REQUIRED ACTION: Every line from the start of the records below to the line containing "v -22.653 -10.576 10" should be retyped exactly, that line included, and no others.

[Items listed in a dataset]
○ ○ ○ ○
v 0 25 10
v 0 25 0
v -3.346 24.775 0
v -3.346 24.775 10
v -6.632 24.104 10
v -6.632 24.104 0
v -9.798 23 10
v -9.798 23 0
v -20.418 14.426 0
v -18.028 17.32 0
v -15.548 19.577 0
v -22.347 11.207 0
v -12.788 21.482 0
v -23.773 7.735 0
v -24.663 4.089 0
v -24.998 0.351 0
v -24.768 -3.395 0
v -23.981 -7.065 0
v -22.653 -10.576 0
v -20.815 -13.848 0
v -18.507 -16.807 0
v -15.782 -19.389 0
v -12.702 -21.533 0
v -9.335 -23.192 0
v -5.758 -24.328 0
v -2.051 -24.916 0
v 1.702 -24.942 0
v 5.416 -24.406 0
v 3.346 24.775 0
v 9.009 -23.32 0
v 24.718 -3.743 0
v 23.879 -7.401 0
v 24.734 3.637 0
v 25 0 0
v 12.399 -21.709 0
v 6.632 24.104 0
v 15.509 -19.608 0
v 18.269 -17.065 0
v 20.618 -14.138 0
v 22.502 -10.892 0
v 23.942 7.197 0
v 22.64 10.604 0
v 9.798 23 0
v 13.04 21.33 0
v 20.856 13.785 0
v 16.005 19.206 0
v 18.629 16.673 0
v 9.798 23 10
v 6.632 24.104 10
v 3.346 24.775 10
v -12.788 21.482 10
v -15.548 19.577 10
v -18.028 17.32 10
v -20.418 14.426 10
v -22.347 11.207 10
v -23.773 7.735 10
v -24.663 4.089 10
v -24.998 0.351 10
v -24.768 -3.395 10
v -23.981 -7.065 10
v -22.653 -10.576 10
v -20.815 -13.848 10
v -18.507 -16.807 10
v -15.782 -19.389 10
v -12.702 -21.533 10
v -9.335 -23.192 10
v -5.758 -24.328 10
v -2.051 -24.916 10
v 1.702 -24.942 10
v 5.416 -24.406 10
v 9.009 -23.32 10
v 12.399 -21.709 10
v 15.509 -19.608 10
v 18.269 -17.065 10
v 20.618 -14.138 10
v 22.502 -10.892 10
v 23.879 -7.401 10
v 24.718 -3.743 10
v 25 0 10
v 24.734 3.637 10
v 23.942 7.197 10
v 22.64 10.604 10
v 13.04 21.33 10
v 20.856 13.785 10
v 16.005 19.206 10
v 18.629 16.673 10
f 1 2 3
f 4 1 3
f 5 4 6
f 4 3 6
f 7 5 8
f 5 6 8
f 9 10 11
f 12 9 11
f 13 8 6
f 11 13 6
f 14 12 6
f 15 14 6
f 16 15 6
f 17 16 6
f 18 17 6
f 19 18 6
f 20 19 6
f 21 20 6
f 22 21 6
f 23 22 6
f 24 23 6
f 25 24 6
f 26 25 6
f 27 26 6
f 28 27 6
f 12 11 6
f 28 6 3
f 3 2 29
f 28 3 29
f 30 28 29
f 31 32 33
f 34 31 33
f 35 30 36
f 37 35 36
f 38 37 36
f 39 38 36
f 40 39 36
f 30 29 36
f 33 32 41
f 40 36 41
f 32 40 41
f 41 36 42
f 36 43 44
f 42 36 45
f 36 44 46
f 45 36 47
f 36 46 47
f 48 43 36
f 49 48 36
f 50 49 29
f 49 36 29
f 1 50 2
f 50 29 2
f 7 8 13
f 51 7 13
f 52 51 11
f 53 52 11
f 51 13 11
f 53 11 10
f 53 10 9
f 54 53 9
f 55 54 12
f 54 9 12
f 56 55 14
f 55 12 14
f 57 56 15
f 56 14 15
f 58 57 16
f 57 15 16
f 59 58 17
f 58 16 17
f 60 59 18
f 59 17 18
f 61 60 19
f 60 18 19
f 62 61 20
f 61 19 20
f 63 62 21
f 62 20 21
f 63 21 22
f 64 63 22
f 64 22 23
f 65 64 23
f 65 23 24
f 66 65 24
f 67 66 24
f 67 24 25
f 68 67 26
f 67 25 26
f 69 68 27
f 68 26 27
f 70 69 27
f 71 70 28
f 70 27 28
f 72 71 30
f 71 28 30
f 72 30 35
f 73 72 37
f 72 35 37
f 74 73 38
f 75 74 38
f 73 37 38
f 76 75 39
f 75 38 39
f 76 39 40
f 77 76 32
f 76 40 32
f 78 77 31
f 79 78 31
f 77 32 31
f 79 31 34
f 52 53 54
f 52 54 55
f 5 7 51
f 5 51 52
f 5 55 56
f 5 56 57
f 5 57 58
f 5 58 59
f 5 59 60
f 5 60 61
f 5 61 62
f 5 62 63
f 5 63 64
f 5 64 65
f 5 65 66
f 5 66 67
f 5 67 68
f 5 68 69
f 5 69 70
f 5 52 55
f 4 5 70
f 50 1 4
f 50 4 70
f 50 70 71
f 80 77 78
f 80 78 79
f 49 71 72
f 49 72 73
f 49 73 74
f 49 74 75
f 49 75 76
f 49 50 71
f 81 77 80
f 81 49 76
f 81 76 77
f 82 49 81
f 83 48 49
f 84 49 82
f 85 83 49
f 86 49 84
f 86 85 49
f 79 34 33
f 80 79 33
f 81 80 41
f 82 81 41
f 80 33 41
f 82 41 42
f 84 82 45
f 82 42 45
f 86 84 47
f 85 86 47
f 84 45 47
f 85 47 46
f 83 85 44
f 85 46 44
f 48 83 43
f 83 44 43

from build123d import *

# Parameters (mm, degrees)
F1_DEPTH = 10


with BuildPart() as f1:
    # F0 (on Top) → F1 (new body)
    with BuildSketch(Plane.XY):
        with BuildLine():
            ThreePointArc((0.202041, 23), (0.151403, 24.00509), (0, 25))
            ThreePointArc((0, 25), (-5, 24.494897), (-9.797959, 23))
            ThreePointArc((-9.797959, 23), (-7.485281, 18.36897), (-3.166929, 15.514719))
            ThreePointArc((-3.166929, 15.514719), (-0.679014, 18.895752), (0.202041, 23))
        make_face()
        with BuildLine():
            ThreePointArc((-18.028245, 17.32), (-9.335253, -23.191659), (25, 0))
            ThreePointArc((25, 0), (20.856042, 13.784974), (9.797959, 23))
            ThreePointArc((9.797959, 23), (5, 16.339746), (-3.166929, 15.514719))
            ThreePointArc((-3.166929, 15.514719), (-11.003846, 13.072974), (-18.028245, 17.32))
        make_face()
        with BuildLine():
            ThreePointArc((-9.797959, 23), (-14.2, 20.575714), (-18.028245, 17.32))
            ThreePointArc((-18.028245, 17.32), (-11.003846, 13.072974), (-3.166929, 15.514719))
            ThreePointArc((-3.166929, 15.514719), (-7.485281, 18.36897), (-9.797959, 23))
        make_face()
        with BuildLine():
            ThreePointArc((-3.166929, 15.514719), (5, 16.339746), (9.797959, 23))
            ThreePointArc((9.797959, 23), (5, 24.494897), (0, 25))
            ThreePointArc((0, 25), (0.151403, 24.00509), (0.202041, 23))
            ThreePointArc((0.202041, 23), (-0.679014, 18.895752), (-3.166929, 15.514719))
        make_face()
    extrude(amount=F1_DEPTH)


solid = f1.part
○ ○ ○ ○
RESPONSE AREA:
v 0 25 10
v 0 25 0
v -3.346 24.775 0
v -3.346 24.775 10
v -6.632 24.104 10
v -6.632 24.104 0
v -9.798 23 10
v -9.798 23 0
v -20.418 14.426 0
v -18.028 17.32 0
v -15.548 19.577 0
v -22.347 11.207 0
v -12.788 21.482 0
v -23.773 7.735 0
v -24.663 4.089 0
v -24.998 0.351 0
v -24.768 -3.395 0
v -23.981 -7.065 0
v -22.653 -10.576 0
v -20.815 -13.848 0
v -18.507 -16.807 0
v -15.782 -19.389 0
v -12.702 -21.533 0
v -9.335 -23.192 0
v -5.758 -24.328 0
v -2.051 -24.916 0
v 1.702 -24.942 0
v 5.416 -24.406 0
v 3.346 24.775 0
v 9.009 -23.32 0
v 24.718 -3.743 0
v 23.879 -7.401 0
v 24.734 3.637 0
v 25 0 0
v 12.399 -21.709 0
v 6.632 24.104 0
v 15.509 -19.608 0
v 18.269 -17.065 0
v 20.618 -14.138 0
v 22.502 -10.892 0
v 23.942 7.197 0
v 22.64 10.604 0
v 9.798 23 0
v 13.04 21.33 0
v 20.856 13.785 0
v 16.005 19.206 0
v 18.629 16.673 0
v 9.798 23 10
v 6.632 24.104 10
v 3.346 24.775 10
v -12.788 21.482 10
v -15.548 19.577 10
v -18.028 17.32 10
v -20.418 14.426 10
v -22.347 11.207 10
v -23.773 7.735 10
v -24.663 4.089 10
v -24.998 0.351 10
v -24.768 -3.395 10
v -23.981 -7.065 10
v -22.653 -10.576 10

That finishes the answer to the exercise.